§ **What you have to do**
In the records below, find the line that contains "e2 e23 -e42]" and the line that contains "v50 (186.972853,265.896547,3)", then retype exactly those two lines and every line between them.

§ **Input records**
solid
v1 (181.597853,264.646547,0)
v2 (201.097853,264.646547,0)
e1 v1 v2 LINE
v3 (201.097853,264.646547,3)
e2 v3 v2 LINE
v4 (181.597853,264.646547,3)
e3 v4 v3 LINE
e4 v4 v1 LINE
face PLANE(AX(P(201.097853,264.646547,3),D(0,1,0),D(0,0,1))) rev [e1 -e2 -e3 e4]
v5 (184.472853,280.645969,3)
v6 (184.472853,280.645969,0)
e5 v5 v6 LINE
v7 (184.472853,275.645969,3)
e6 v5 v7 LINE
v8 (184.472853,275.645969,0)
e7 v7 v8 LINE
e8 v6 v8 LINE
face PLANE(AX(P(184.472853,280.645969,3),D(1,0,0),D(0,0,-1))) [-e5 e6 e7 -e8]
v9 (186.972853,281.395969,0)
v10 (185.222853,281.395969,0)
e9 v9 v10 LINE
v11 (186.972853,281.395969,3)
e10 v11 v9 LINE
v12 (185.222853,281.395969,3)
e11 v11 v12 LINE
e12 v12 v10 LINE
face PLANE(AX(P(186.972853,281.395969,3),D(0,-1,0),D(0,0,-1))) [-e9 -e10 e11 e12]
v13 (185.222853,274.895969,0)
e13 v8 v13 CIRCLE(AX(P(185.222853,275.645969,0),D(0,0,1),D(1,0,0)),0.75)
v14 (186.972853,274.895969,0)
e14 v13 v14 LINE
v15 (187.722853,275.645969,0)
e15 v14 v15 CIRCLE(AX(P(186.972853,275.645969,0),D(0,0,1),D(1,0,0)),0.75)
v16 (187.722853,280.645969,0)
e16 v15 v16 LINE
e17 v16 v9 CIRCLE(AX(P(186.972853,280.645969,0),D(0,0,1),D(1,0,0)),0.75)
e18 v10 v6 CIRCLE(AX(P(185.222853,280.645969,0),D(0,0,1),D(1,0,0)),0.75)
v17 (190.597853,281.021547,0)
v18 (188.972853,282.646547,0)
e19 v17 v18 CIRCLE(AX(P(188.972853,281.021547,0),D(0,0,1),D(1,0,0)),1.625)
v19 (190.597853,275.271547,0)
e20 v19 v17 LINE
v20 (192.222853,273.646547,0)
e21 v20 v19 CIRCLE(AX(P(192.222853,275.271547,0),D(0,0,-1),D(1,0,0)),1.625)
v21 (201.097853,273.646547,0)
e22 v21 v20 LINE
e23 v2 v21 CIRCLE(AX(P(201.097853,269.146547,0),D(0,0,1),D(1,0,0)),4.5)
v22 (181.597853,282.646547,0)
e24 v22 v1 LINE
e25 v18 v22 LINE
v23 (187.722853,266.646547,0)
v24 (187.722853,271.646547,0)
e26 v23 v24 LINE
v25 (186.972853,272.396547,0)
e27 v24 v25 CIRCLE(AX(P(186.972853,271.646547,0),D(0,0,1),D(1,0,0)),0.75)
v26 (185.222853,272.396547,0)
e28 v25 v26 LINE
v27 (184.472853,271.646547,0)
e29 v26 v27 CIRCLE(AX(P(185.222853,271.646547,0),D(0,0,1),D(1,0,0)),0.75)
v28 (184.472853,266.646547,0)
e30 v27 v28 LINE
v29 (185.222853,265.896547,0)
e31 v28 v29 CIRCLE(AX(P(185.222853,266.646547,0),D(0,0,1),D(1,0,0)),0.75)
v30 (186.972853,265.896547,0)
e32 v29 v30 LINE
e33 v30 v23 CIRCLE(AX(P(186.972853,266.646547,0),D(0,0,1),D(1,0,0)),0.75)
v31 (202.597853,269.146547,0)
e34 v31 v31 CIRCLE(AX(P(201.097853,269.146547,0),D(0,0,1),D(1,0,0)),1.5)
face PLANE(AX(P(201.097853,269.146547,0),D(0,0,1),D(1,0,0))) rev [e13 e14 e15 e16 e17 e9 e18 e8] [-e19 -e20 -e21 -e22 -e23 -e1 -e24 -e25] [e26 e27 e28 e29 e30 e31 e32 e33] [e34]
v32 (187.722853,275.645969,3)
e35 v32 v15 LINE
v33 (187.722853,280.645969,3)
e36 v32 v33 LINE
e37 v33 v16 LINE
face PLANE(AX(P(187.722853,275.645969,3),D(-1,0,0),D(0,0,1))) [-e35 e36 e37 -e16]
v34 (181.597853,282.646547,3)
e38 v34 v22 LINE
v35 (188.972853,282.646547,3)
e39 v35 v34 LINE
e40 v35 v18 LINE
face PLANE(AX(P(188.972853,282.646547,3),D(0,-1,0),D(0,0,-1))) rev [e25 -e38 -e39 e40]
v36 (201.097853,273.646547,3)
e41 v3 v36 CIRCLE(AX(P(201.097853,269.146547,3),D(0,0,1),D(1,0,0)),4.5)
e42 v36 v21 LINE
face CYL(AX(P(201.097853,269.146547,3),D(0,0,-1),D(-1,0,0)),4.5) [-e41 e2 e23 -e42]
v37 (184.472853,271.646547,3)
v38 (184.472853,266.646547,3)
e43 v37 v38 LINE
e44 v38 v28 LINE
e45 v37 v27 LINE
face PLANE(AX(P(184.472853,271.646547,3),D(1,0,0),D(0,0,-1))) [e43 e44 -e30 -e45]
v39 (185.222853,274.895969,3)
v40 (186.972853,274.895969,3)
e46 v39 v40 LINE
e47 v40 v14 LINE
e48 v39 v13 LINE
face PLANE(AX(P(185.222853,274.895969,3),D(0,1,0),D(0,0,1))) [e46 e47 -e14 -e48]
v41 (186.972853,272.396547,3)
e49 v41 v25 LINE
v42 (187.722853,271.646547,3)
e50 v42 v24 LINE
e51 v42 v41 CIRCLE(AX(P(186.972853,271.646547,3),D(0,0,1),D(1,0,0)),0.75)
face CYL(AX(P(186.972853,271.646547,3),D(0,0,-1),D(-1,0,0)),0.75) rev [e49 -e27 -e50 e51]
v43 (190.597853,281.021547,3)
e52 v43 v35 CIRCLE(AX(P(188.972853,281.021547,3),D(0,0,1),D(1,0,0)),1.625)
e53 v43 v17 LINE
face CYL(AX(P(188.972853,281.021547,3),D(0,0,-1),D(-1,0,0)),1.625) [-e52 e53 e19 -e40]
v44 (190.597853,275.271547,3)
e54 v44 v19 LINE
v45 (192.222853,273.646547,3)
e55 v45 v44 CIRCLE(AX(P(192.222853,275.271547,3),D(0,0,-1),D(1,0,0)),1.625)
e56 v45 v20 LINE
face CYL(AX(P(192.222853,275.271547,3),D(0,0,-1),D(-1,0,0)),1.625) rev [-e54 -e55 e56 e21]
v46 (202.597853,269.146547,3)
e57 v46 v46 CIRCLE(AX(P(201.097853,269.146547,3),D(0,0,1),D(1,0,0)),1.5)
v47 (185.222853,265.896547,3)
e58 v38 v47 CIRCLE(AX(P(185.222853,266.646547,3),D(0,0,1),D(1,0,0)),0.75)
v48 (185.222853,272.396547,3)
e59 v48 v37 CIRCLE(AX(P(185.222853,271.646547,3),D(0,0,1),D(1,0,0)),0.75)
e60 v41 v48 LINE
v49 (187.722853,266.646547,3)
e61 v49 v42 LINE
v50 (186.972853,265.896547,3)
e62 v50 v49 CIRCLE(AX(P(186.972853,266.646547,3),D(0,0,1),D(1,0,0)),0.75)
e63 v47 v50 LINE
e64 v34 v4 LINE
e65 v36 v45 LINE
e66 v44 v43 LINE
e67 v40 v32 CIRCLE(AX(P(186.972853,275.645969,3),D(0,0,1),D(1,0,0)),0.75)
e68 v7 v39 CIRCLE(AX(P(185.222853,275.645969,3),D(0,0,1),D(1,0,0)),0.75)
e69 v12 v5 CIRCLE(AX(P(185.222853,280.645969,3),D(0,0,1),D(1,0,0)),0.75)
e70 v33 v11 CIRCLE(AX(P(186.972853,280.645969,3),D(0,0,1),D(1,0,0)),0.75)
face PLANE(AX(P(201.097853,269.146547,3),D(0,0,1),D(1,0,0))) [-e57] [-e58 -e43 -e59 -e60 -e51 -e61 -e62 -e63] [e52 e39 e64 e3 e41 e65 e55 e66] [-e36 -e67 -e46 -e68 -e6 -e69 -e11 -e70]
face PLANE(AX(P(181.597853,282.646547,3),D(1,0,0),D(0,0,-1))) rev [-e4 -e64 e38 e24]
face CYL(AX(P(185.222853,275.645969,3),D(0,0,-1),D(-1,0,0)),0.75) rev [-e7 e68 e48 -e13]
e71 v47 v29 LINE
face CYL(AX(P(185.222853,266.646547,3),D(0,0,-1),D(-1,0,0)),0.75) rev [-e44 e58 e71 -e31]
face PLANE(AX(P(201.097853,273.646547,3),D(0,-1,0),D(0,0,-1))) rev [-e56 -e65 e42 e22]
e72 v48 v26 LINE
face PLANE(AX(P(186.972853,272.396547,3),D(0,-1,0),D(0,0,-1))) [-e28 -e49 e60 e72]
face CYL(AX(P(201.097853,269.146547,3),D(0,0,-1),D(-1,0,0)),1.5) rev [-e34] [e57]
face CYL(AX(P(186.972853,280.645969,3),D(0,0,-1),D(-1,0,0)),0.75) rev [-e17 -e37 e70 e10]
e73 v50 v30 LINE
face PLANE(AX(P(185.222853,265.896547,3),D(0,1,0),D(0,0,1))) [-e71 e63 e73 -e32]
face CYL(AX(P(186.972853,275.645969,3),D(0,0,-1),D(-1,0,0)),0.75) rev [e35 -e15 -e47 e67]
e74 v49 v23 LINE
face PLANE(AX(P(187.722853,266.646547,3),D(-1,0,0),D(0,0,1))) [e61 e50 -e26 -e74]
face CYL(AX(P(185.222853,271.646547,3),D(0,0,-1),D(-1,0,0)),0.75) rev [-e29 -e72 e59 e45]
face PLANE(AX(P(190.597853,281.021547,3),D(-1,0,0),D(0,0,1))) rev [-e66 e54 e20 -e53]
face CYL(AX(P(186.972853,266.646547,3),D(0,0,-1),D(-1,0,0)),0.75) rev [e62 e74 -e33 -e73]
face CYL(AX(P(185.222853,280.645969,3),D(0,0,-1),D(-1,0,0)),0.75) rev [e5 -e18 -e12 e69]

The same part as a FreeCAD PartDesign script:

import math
import FreeCAD as App
import Part
import Sketcher
Q = App.Units.Quantity

doc = App.newDocument("Part")
body = doc.addObject("PartDesign::Body", "Body")

# Sketch on XY plane
sketch1 = doc.addObject("Sketcher::SketchObject", "Sketch")
body.addObject(sketch1)
sketch1.AttachmentSupport = (doc.XY_Plane, [""])
sketch1.MapMode = "FlatFace"
sketch1.addGeometry([
    Part.LineSegment(App.Vector(181.6, 264.6, 0), App.Vector(201.1, 264.6, 0)),  # 0
    Part.ArcOfCircle(Part.Circle(App.Vector(201.1, 269.1, 0), App.Vector(0, 0, 1), 4.5), math.radians(-90), math.radians(90)),  # 1
    Part.LineSegment(App.Vector(201.1, 273.6, 0), App.Vector(192.2, 273.6, 0)),  # 2
    Part.ArcOfCircle(Part.Circle(App.Vector(192.2, 275.3, 0), App.Vector(0, 0, 1), 1.6), math.radians(-180), math.radians(-90)),  # 3
    Part.LineSegment(App.Vector(190.6, 275.3, 0), App.Vector(190.6, 281, 0)),  # 4
    Part.ArcOfCircle(Part.Circle(App.Vector(189, 281, 0), App.Vector(0, 0, 1), 1.6), math.radians(0), math.radians(90)),  # 5
    Part.LineSegment(App.Vector(189, 282.6, 0), App.Vector(181.6, 282.6, 0)),  # 6
    Part.LineSegment(App.Vector(181.6, 282.6, 0), App.Vector(181.6, 264.6, 0)),  # 7
    Part.Circle(App.Vector(201.1, 269.1, 0), App.Vector(0, 0, 1), 1.5),  # 8
    Part.ArcOfCircle(Part.Circle(App.Vector(185.2, 266.6, 0), App.Vector(0, 0, 1), 0.8), math.radians(180), math.radians(270)),  # 9
    Part.LineSegment(App.Vector(184.5, 266.6, 0), App.Vector(184.5, 271.6, 0)),  # 10
    Part.ArcOfCircle(Part.Circle(App.Vector(185.2, 271.6, 0), App.Vector(0, 0, 1), 0.8), math.radians(90), math.radians(180)),  # 11
    Part.LineSegment(App.Vector(185.2, 272.4, 0), App.Vector(187, 272.4, 0)),  # 12
    Part.ArcOfCircle(Part.Circle(App.Vector(187, 271.6, 0), App.Vector(0, 0, 1), 0.8), math.radians(0), math.radians(90)),  # 13
    Part.LineSegment(App.Vector(187.7, 271.6, 0), App.Vector(187.7, 266.6, 0)),  # 14
    Part.ArcOfCircle(Part.Circle(App.Vector(187, 266.6, 0), App.Vector(0, 0, 1), 0.8), math.radians(-90), math.radians(0)),  # 15
    Part.LineSegment(App.Vector(187, 265.9, 0), App.Vector(185.2, 265.9, 0)),  # 16
    Part.ArcOfCircle(Part.Circle(App.Vector(185.2, 275.6, 0), App.Vector(0, 0, 1), 0.8), math.radians(180), math.radians(270)),  # 17
    Part.LineSegment(App.Vector(184.5, 275.6, 0), App.Vector(184.5, 280.6, 0)),  # 18
    Part.ArcOfCircle(Part.Circle(App.Vector(185.2, 280.6, 0), App.Vector(0, 0, 1), 0.8), math.radians(90), math.radians(180)),  # 19
    Part.LineSegment(App.Vector(185.2, 281.4, 0), App.Vector(187, 281.4, 0)),  # 20
    Part.ArcOfCircle(Part.Circle(App.Vector(187, 280.6, 0), App.Vector(0, 0, 1), 0.8), math.radians(0), math.radians(90)),  # 21
    Part.LineSegment(App.Vector(187.7, 280.6, 0), App.Vector(187.7, 275.6, 0)),  # 22
    Part.ArcOfCircle(Part.Circle(App.Vector(187, 275.6, 0), App.Vector(0, 0, 1), 0.8), math.radians(-90), math.radians(0)),  # 23
    Part.LineSegment(App.Vector(187, 274.9, 0), App.Vector(185.2, 274.9, 0)),  # 24
], False)
sketch1.addConstraint([
    Sketcher.Constraint("Tangent", 0, 2, 1, 1),
    Sketcher.Constraint("Tangent", 1, 2, 2, 1),
    Sketcher.Constraint("Tangent", 2, 2, 3, 2),
    Sketcher.Constraint("Tangent", 3, 1, 4, 1),
    Sketcher.Constraint("Tangent", 4, 2, 5, 1),
    Sketcher.Constraint("Tangent", 5, 2, 6, 1),
    Sketcher.Constraint("Coincident", 6, 2, 7, 1),
    Sketcher.Constraint("Coincident", 7, 2, 0, 1),
    Sketcher.Constraint("Tangent", 9, 1, 10, 1),
    Sketcher.Constraint("Tangent", 10, 2, 11, 2),
    Sketcher.Constraint("Tangent", 11, 1, 12, 1),
    Sketcher.Constraint("Tangent", 12, 2, 13, 2),
    Sketcher.Constraint("Tangent", 13, 1, 14, 1),
    Sketcher.Constraint("Tangent", 14, 2, 15, 2),
    Sketcher.Constraint("Tangent", 15, 1, 16, 1),
    Sketcher.Constraint("Tangent", 16, 2, 9, 2),
    Sketcher.Constraint("Tangent", 17, 1, 18, 1),
    Sketcher.Constraint("Tangent", 18, 2, 19, 2),
    Sketcher.Constraint("Tangent", 19, 1, 20, 1),
    Sketcher.Constraint("Tangent", 20, 2, 21, 2),
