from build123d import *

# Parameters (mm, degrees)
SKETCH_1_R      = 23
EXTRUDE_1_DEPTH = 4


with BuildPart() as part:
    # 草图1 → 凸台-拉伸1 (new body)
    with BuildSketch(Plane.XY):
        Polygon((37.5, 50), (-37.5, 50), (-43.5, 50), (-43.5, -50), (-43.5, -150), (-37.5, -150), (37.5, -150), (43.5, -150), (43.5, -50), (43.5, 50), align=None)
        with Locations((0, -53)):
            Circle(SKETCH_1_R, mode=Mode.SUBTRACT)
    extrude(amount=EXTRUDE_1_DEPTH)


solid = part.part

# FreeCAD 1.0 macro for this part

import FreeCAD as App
import Part
import Sketcher
from FreeCAD import Vector

doc = App.newDocument("Part")
params = doc.addObject("Spreadsheet::Sheet", "Params")
for row, (alias, value) in enumerate([
    ("sketch1_diameter", "46 mm"),
    ("sketch1_width", "87 mm"),
    ("sketch1_height", "200 mm"),
    ("pad1_length", "4 mm"),
], start=1):
    params.set(f"A{row}", alias)
    params.set(f"B{row}", "=" + value)
    params.setAlias(f"B{row}", alias)

body = doc.addObject("PartDesign::Body", "Body")

# Sketch on XY plane
sketch1 = body.newObject("Sketcher::SketchObject", "Sketch")
sketch1.AttachmentSupport = (doc.getObject("XY_Plane"), [""])
sketch1.MapMode = "FlatFace"
sketch1.addGeometry([
    Part.LineSegment(Vector(-43.5, 50, 0), Vector(-43.5, -150, 0)),  # 0
    Part.LineSegment(Vector(-43.5, -150, 0), Vector(43.5, -150, 0)),  # 1
    Part.LineSegment(Vector(43.5, -150, 0), Vector(43.5, 50, 0)),  # 2
    Part.LineSegment(Vector(43.5, 50, 0), Vector(-43.5, 50, 0)),  # 3
    Part.Circle(Vector(0, -53, 0), Vector(0, 0, 1), 23),  # 4
], False)
sketch1.addConstraint([
    Sketcher.Constraint("Coincident", 0, 2, 1, 1),
    Sketcher.Constraint("Coincident", 1, 2, 2, 1),
    Sketcher.Constraint("Coincident", 2, 2, 3, 1),
    Sketcher.Constraint("Coincident", 3, 2, 0, 1),
    Sketcher.Constraint("Vertical", 0),
    Sketcher.Constraint("Horizontal", 1),
    Sketcher.Constraint("Vertical", 2),
    Sketcher.Constraint("Horizontal", 3),
    Sketcher.Constraint("PointOnObject", 4, 3, -2),
    Sketcher.Constraint("Diameter", 4, 46.0),
    Sketcher.Constraint("DistanceX", 1, 1, 1, 2, 87.0),
    Sketcher.Constraint("DistanceY", 0, 2, 0, 1, 200.0),
    Sketcher.Constraint("DistanceY", 4, 3, -1, 1, 53.0),
    Sketcher.Constraint("DistanceY", 0, 2, -1, 1, 150.0),
    Sketcher.Constraint("DistanceX", 0, 2, -1, 1, 43.5),
])
sketch1.setExpression("Constraints[9]", "Params.sketch1_diameter")
sketch1.setExpression("Constraints[10]", "Params.sketch1_width")
sketch1.setExpression("Constraints[11]", "Params.sketch1_height")
pad1 = body.newObject("PartDesign::Pad", "Pad")
pad1.Profile = sketch1
pad1.setExpression("Length", "Params.pad1_length")

doc.recompute()
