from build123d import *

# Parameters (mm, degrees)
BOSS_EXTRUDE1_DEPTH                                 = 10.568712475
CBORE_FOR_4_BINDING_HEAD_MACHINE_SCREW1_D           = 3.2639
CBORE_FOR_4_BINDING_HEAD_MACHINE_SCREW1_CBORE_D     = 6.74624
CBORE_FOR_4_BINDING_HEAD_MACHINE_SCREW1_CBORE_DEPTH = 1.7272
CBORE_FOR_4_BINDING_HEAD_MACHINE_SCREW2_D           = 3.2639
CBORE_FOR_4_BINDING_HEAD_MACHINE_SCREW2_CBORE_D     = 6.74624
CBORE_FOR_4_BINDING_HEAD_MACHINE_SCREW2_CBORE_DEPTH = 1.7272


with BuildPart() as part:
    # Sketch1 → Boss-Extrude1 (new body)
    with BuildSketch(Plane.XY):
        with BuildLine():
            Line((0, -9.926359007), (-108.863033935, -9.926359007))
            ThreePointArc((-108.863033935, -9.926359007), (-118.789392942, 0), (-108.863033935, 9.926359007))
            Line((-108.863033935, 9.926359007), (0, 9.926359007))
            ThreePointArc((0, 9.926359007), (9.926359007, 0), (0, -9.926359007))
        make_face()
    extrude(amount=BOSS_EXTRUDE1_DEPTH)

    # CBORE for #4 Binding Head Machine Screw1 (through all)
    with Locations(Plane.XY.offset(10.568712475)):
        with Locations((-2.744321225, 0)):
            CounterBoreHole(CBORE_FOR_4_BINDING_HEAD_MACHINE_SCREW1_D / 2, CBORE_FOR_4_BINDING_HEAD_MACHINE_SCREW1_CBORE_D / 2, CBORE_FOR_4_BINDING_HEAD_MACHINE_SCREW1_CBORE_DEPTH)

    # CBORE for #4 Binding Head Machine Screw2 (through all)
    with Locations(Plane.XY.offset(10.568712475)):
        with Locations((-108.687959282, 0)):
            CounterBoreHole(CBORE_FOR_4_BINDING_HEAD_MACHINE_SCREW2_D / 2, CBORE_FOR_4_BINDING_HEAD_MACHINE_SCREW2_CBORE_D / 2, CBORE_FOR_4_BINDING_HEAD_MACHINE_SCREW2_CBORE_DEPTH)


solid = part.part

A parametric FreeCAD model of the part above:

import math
import FreeCAD as App
import Part
import Sketcher
Q = App.Units.Quantity

doc = App.newDocument("Part")
body = doc.addObject("PartDesign::Body", "Body")

# Sketch on XY plane
sketch1 = body.newObject("Sketcher::SketchObject", "Sketch")
sketch1.AttachmentSupport = (doc.getObject("XY_Plane"), [""])
sketch1.MapMode = "FlatFace"
sketch1.addGeometry(Part.LineSegment(App.Vector(-108.863034, -9.926359, 0), App.Vector(0, -9.926359, 0)), False)
sketch1.addGeometry(Part.ArcOfCircle(Part.Circle(App.Vector(0, 0, 0), App.Vector(0, 0, 1), 9.926359), math.radians(-90), math.radians(90)), False)
sketch1.addGeometry(Part.LineSegment(App.Vector(0, 9.926359, 0), App.Vector(-108.863034, 9.926359, 0)), False)
sketch1.addGeometry(Part.ArcOfCircle(Part.Circle(App.Vector(-108.863034, 0, 0), App.Vector(0, 0, 1), 9.926359), math.radians(90), math.radians(270)), False)
sketch1.addConstraint(Sketcher.Constraint("Tangent", 0, 2, 1, 1))
sketch1.addConstraint(Sketcher.Constraint("Tangent", 1, 2, 2, 1))
sketch1.addConstraint(Sketcher.Constraint("Tangent", 2, 2, 3, 1))
sketch1.addConstraint(Sketcher.Constraint("Tangent", 3, 2, 0, 1))
sketch1.addConstraint(Sketcher.Constraint("Horizontal", 0))
sketch1.addConstraint(Sketcher.Constraint("Horizontal", 2))
sketch1.addConstraint(Sketcher.Constraint("Coincident", 1, 3, -1, 1))
sketch1.addConstraint(Sketcher.Constraint("Radius", 1, Q("9.926359 mm")))
sketch1.addConstraint(Sketcher.Constraint("DistanceX", 0, 1, 0, 2, Q("108.863034 mm")))
pad1 = body.newObject("PartDesign::Pad", "Pad")
pad1.Profile = sketch1
pad1.Length = 10.568712

# Sketch on XY plane
sketch2 = body.newObject("Sketcher::SketchObject", "Sketch001")
sketch2.AttachmentSupport = (doc.getObject("XY_Plane"), [""])
sketch2.MapMode = "FlatFace"
sketch2.AttachmentOffset = App.Placement(App.Vector(0, 0, 10.568712), App.Rotation())
sketch2.addGeometry(Part.Circle(App.Vector(-2.744321, 0, 0), App.Vector(0, 0, 1), 1.63195), False)
sketch2.addConstraint(Sketcher.Constraint("PointOnObject", 0, 3, -1))
sketch2.addConstraint(Sketcher.Constraint("Diameter", 0, Q("3.2639 mm")))
sketch2.addConstraint(Sketcher.Constraint("DistanceX", 0, 3, -1, 1, Q("2.744321 mm")))
doc.recompute()
hole = body.newObject("PartDesign::Hole", "Hole")
hole.Profile = sketch2
hole.ThreadType = "None"
hole.Diameter = 3.2639
hole.DepthType = "ThroughAll"
hole.HoleCutType = "Counterbore"
hole.HoleCutDiameter = 6.74624
hole.HoleCutDepth = 1.7272

# Sketch on XY plane
sketch3 = body.newObject("Sketcher::SketchObject", "Sketch002")
sketch3.AttachmentSupport = (doc.getObject("XY_Plane"), [""])
sketch3.MapMode = "FlatFace"
sketch3.AttachmentOffset = App.Placement(App.Vector(0, 0, 10.568712), App.Rotation())
sketch3.addGeometry(Part.Circle(App.Vector(-108.687959, 0, 0), App.Vector(0, 0, 1), 1.63195), False)
sketch3.addConstraint(Sketcher.Constraint("PointOnObject", 0, 3, -1))
sketch3.addConstraint(Sketcher.Constraint("Diameter", 0, Q("3.2639 mm")))
sketch3.addConstraint(Sketcher.Constraint("DistanceX", 0, 3, -1, 1, Q("108.687959 mm")))
doc.recompute()
hole2 = body.newObject("PartDesign::Hole", "Hole001")
hole2.Profile = sketch3
hole2.ThreadType = "None"
hole2.Diameter = 3.2639
hole2.DepthType = "ThroughAll"
hole2.HoleCutType = "Counterbore"
hole2.HoleCutDiameter = 6.74624
hole2.HoleCutDepth = 1.7272

doc.recompute()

§ **Answer box**
face CYL(AX(P(201.097853,269.146547,3),D(0,0,-1),D(-1,0,0)),4.5) [-e41 e2 e23 -e42]
v37 (184.472853,271.646547,3)
v38 (184.472853,266.646547,3)
e43 v37 v38 LINE
e44 v38 v28 LINE
e45 v37 v27 LINE
face PLANE(AX(P(184.472853,271.646547,3),D(1,0,0),D(0,0,-1))) [e43 e44 -e30 -e45]
v39 (185.222853,274.895969,3)
v40 (186.972853,274.895969,3)
e46 v39 v40 LINE
e47 v40 v14 LINE
e48 v39 v13 LINE
face PLANE(AX(P(185.222853,274.895969,3),D(0,1,0),D(0,0,1))) [e46 e47 -e14 -e48]
v41 (186.972853,272.396547,3)
e49 v41 v25 LINE
v42 (187.722853,271.646547,3)
e50 v42 v24 LINE
e51 v42 v41 CIRCLE(AX(P(186.972853,271.646547,3),D(0,0,1),D(1,0,0)),0.75)
face CYL(AX(P(186.972853,271.646547,3),D(0,0,-1),D(-1,0,0)),0.75) rev [e49 -e27 -e50 e51]
v43 (190.597853,281.021547,3)
e52 v43 v35 CIRCLE(AX(P(188.972853,281.021547,3),D(0,0,1),D(1,0,0)),1.625)
e53 v43 v17 LINE
face CYL(AX(P(188.972853,281.021547,3),D(0,0,-1),D(-1,0,0)),1.625) [-e52 e53 e19 -e40]
v44 (190.597853,275.271547,3)
e54 v44 v19 LINE
v45 (192.222853,273.646547,3)
e55 v45 v44 CIRCLE(AX(P(192.222853,275.271547,3),D(0,0,-1),D(1,0,0)),1.625)
e56 v45 v20 LINE
face CYL(AX(P(192.222853,275.271547,3),D(0,0,-1),D(-1,0,0)),1.625) rev [-e54 -e55 e56 e21]
v46 (202.597853,269.146547,3)
e57 v46 v46 CIRCLE(AX(P(201.097853,269.146547,3),D(0,0,1),D(1,0,0)),1.5)
v47 (185.222853,265.896547,3)
e58 v38 v47 CIRCLE(AX(P(185.222853,266.646547,3),D(0,0,1),D(1,0,0)),0.75)
v48 (185.222853,272.396547,3)
e59 v48 v37 CIRCLE(AX(P(185.222853,271.646547,3),D(0,0,1),D(1,0,0)),0.75)
e60 v41 v48 LINE
v49 (187.722853,266.646547,3)
e61 v49 v42 LINE
v50 (186.972853,265.896547,3)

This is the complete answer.